#### [Assignment]
The answer is to be an exact copy of the lines below running from the line with "v 182.196 0 275.385" down to the line with "f 102 321 111", both ends included, and nothing more.

Saved data entries:
===============

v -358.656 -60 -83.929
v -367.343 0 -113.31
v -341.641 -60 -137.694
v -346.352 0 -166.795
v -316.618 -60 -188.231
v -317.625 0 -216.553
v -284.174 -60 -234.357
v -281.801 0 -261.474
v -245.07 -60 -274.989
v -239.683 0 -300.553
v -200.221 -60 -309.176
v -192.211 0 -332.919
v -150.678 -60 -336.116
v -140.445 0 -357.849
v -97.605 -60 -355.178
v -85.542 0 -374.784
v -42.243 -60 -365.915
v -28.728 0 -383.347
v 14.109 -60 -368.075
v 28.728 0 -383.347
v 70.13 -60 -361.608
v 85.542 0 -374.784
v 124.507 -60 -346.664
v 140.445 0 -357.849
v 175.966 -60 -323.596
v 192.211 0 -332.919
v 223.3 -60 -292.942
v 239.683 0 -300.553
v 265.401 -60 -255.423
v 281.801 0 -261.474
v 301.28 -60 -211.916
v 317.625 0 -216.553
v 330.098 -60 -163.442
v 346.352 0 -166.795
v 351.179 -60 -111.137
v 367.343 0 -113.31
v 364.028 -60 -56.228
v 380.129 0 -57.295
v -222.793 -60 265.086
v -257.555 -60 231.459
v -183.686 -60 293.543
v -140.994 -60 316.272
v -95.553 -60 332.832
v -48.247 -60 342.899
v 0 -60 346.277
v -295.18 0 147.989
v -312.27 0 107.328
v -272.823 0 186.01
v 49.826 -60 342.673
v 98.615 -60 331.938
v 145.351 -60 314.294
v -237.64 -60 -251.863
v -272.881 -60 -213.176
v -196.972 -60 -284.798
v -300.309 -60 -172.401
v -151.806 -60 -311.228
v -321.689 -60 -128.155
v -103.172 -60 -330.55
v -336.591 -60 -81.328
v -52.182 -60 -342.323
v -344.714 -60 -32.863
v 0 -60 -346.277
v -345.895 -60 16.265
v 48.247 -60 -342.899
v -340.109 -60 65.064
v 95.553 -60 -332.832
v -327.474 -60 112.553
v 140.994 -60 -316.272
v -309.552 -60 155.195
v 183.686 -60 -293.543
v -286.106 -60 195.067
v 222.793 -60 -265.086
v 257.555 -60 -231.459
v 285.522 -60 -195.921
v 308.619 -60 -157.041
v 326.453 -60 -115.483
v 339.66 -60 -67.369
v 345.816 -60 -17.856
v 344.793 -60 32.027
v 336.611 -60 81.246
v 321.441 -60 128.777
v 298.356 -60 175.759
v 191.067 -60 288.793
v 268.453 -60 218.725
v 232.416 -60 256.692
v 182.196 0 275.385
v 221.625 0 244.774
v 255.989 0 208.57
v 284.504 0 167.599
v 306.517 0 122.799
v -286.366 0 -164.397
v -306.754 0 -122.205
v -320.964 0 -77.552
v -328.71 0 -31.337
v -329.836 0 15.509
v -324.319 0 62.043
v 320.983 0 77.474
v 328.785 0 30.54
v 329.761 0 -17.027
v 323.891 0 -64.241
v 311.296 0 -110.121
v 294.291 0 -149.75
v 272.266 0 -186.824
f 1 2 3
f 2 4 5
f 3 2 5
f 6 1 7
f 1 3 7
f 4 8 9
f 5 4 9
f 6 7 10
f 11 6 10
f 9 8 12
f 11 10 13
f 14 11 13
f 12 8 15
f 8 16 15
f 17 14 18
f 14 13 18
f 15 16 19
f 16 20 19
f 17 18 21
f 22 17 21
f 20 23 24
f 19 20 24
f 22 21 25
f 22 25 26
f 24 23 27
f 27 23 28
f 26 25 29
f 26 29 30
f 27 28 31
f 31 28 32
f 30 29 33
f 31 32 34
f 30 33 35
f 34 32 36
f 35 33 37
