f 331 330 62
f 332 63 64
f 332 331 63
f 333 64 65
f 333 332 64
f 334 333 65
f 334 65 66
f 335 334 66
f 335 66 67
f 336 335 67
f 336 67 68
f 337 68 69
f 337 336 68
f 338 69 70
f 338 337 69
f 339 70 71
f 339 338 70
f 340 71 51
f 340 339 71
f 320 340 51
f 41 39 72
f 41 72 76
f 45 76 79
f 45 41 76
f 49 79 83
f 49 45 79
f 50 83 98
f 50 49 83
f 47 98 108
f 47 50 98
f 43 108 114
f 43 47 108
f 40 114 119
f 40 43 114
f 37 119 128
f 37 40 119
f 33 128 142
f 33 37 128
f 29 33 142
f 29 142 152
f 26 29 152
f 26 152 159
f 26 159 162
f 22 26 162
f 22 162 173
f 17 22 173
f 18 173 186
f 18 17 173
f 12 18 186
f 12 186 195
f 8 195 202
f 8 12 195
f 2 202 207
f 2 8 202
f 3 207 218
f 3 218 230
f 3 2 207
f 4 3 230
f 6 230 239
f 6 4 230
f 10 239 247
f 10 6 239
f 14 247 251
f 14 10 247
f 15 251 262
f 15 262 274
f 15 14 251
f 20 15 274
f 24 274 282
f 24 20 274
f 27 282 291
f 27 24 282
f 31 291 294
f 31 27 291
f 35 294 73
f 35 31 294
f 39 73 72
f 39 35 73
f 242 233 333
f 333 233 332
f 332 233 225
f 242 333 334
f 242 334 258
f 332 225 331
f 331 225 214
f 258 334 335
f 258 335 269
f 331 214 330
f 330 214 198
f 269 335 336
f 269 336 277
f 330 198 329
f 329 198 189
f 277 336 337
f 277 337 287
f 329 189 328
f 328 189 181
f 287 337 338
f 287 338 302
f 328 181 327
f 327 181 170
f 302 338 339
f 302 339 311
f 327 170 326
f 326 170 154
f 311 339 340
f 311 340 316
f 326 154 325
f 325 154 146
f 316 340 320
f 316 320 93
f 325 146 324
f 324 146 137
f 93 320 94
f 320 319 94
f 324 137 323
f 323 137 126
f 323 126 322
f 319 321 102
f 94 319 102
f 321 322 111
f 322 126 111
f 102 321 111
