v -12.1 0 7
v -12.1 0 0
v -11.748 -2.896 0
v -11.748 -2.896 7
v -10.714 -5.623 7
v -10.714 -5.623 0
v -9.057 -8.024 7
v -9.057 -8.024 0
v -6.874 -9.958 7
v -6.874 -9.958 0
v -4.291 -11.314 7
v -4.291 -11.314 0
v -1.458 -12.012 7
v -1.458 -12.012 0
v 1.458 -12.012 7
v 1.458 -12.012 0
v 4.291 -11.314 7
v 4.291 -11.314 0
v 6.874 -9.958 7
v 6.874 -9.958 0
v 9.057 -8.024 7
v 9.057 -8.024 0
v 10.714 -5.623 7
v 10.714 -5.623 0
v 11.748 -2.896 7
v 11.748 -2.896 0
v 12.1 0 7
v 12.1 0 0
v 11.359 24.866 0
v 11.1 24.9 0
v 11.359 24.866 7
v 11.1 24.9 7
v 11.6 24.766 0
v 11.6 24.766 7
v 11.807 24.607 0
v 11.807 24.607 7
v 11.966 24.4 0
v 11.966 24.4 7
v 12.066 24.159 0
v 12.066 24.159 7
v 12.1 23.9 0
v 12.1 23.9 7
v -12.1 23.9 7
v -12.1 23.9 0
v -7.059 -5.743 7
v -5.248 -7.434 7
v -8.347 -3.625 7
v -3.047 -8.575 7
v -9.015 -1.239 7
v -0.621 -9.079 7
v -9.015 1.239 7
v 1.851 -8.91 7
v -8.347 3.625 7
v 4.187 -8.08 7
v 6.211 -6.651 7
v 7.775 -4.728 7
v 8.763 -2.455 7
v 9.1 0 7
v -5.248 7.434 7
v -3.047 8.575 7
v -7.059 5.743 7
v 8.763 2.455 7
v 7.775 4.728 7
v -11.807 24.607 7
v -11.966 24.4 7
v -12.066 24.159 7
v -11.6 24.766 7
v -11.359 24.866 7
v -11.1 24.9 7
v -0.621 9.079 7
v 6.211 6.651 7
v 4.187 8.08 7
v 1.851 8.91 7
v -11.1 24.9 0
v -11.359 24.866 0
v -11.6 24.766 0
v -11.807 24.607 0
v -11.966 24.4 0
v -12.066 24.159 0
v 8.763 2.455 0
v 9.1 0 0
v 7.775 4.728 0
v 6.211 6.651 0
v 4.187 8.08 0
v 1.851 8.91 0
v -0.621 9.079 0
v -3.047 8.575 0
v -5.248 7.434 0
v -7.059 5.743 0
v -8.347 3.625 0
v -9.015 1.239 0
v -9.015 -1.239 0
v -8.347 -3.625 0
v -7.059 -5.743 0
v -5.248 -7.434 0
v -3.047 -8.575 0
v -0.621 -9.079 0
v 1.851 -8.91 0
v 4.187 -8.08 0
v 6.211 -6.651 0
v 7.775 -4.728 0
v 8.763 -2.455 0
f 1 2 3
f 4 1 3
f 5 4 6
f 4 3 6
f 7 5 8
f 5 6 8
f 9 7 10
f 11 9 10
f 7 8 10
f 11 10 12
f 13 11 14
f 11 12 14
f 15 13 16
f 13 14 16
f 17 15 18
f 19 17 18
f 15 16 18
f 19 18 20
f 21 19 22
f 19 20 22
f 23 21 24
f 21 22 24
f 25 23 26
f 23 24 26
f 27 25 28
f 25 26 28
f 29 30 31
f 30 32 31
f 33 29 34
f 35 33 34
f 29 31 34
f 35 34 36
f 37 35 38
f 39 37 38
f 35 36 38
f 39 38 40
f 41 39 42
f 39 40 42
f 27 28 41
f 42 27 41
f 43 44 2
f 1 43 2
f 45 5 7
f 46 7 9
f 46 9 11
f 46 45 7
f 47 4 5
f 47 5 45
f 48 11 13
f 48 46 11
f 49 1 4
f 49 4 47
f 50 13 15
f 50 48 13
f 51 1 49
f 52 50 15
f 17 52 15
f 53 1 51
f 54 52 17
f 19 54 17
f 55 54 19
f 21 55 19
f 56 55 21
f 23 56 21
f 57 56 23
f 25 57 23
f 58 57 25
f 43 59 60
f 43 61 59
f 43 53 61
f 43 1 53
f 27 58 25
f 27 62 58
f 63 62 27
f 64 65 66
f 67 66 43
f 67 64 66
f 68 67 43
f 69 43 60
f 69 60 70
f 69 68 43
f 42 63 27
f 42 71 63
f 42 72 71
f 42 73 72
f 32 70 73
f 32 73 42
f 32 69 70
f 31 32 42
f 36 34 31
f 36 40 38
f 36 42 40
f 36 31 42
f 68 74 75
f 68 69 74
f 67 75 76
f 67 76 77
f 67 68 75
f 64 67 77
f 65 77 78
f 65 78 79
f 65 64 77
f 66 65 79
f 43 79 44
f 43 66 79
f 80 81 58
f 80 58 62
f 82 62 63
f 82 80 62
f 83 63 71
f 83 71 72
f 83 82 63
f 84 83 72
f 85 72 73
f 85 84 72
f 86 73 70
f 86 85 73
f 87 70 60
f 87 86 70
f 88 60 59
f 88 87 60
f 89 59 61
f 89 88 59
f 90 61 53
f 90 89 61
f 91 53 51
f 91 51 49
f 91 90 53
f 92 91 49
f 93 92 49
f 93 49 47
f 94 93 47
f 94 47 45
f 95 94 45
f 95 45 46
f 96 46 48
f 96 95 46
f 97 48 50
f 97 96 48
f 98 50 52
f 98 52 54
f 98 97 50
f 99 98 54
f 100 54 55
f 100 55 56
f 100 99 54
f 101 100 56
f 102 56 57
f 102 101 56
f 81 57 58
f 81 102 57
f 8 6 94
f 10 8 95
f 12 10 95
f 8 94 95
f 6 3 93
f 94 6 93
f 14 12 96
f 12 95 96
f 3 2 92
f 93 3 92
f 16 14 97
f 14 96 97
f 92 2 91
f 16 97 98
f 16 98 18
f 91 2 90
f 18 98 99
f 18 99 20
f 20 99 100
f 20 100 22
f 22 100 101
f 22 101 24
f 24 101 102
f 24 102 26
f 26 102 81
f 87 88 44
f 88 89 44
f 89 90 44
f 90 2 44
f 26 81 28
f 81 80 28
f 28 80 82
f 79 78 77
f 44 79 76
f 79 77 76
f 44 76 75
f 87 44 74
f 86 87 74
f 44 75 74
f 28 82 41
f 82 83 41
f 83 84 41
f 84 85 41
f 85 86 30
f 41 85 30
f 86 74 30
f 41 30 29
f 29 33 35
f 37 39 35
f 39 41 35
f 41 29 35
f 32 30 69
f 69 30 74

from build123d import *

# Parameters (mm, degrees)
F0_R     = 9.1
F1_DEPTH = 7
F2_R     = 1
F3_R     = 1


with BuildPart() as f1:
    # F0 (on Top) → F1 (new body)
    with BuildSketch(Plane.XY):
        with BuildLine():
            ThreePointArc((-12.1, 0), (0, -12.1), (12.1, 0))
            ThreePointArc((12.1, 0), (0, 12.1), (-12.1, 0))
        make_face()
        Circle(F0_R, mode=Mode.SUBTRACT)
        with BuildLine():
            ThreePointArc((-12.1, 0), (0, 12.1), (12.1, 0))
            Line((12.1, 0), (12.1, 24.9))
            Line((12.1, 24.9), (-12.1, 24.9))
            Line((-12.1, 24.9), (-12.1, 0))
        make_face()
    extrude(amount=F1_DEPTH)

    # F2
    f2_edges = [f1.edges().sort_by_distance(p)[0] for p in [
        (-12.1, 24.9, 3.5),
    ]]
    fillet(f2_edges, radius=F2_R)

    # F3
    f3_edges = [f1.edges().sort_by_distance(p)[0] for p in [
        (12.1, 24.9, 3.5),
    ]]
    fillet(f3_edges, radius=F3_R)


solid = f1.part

===============

#### [Exercise solution]
v 182.196 0 275.385
v 221.625 0 244.774
v 255.989 0 208.57
v 284.504 0 167.599
v 306.517 0 122.799
v -286.366 0 -164.397
v -306.754 0 -122.205
v -320.964 0 -77.552
v -328.71 0 -31.337
v -329.836 0 15.509
v -324.319 0 62.043
v 320.983 0 77.474
v 328.785 0 30.54
v 329.761 0 -17.027
v 323.891 0 -64.241
v 311.296 0 -110.121
v 294.291 0 -149.75
v 272.266 0 -186.824
f 1 2 3
f 2 4 5
f 3 2 5
f 6 1 7
f 1 3 7
f 4 8 9
f 5 4 9
f 6 7 10
f 11 6 10
f 9 8 12
f 11 10 13
f 14 11 13
f 12 8 15
f 8 16 15
f 17 14 18
f 14 13 18
f 15 16 19
f 16 20 19
f 17 18 21
f 22 17 21
f 20 23 24
f 19 20 24
f 22 21 25
f 22 25 26
f 24 23 27
f 27 23 28
f 26 25 29
f 26 29 30
f 27 28 31
f 31 28 32
f 30 29 33
f 31 32 34
f 30 33 35
f 34 32 36
f 35 33 37
f 331 330 62
f 332 63 64
f 332 331 63
f 333 64 65
f 333 332 64
f 334 333 65
f 334 65 66
f 335 334 66
f 335 66 67
f 336 335 67
f 336 67 68
f 337 68 69
f 337 336 68
f 338 69 70
f 338 337 69
f 339 70 71
f 339 338 70
f 340 71 51
f 340 339 71
f 320 340 51
f 41 39 72
f 41 72 76
f 45 76 79
f 45 41 76
f 49 79 83
f 49 45 79
f 50 83 98
f 50 49 83
f 47 98 108
f 47 50 98
f 43 108 114
f 43 47 108
f 40 114 119
f 40 43 114
f 37 119 128
f 37 40 119
f 33 128 142
f 33 37 128
f 29 33 142
f 29 142 152
f 26 29 152
f 26 152 159
f 26 159 162
f 22 26 162
f 22 162 173
f 17 22 173
f 18 173 186
f 18 17 173
f 12 18 186
f 12 186 195
f 8 195 202
f 8 12 195
f 2 202 207
f 2 8 202
f 3 207 218
f 3 218 230
f 3 2 207
f 4 3 230
f 6 230 239
f 6 4 230
f 10 239 247
f 10 6 239
f 14 247 251
f 14 10 247
f 15 251 262
f 15 262 274
f 15 14 251
f 20 15 274
f 24 274 282
f 24 20 274
f 27 282 291
f 27 24 282
f 31 291 294
f 31 27 291
f 35 294 73
f 35 31 294
f 39 73 72
f 39 35 73
f 242 233 333
f 333 233 332
f 332 233 225
f 242 333 334
f 242 334 258
f 332 225 331
f 331 225 214
f 258 334 335
f 258 335 269
f 331 214 330
f 330 214 198
f 269 335 336
f 269 336 277
f 330 198 329
f 329 198 189
f 277 336 337
f 277 337 287
f 329 189 328
f 328 189 181
f 287 337 338
f 287 338 302
f 328 181 327
f 327 181 170
f 302 338 339
f 302 339 311
f 327 170 326
f 326 170 154
f 311 339 340
f 311 340 316
f 326 154 325
f 325 154 146
f 316 340 320
f 316 320 93
f 325 146 324
f 324 146 137
f 93 320 94
f 320 319 94
f 324 137 323
f 323 137 126
f 323 126 322
f 319 321 102
f 94 319 102
f 321 322 111
f 322 126 111
f 102 321 111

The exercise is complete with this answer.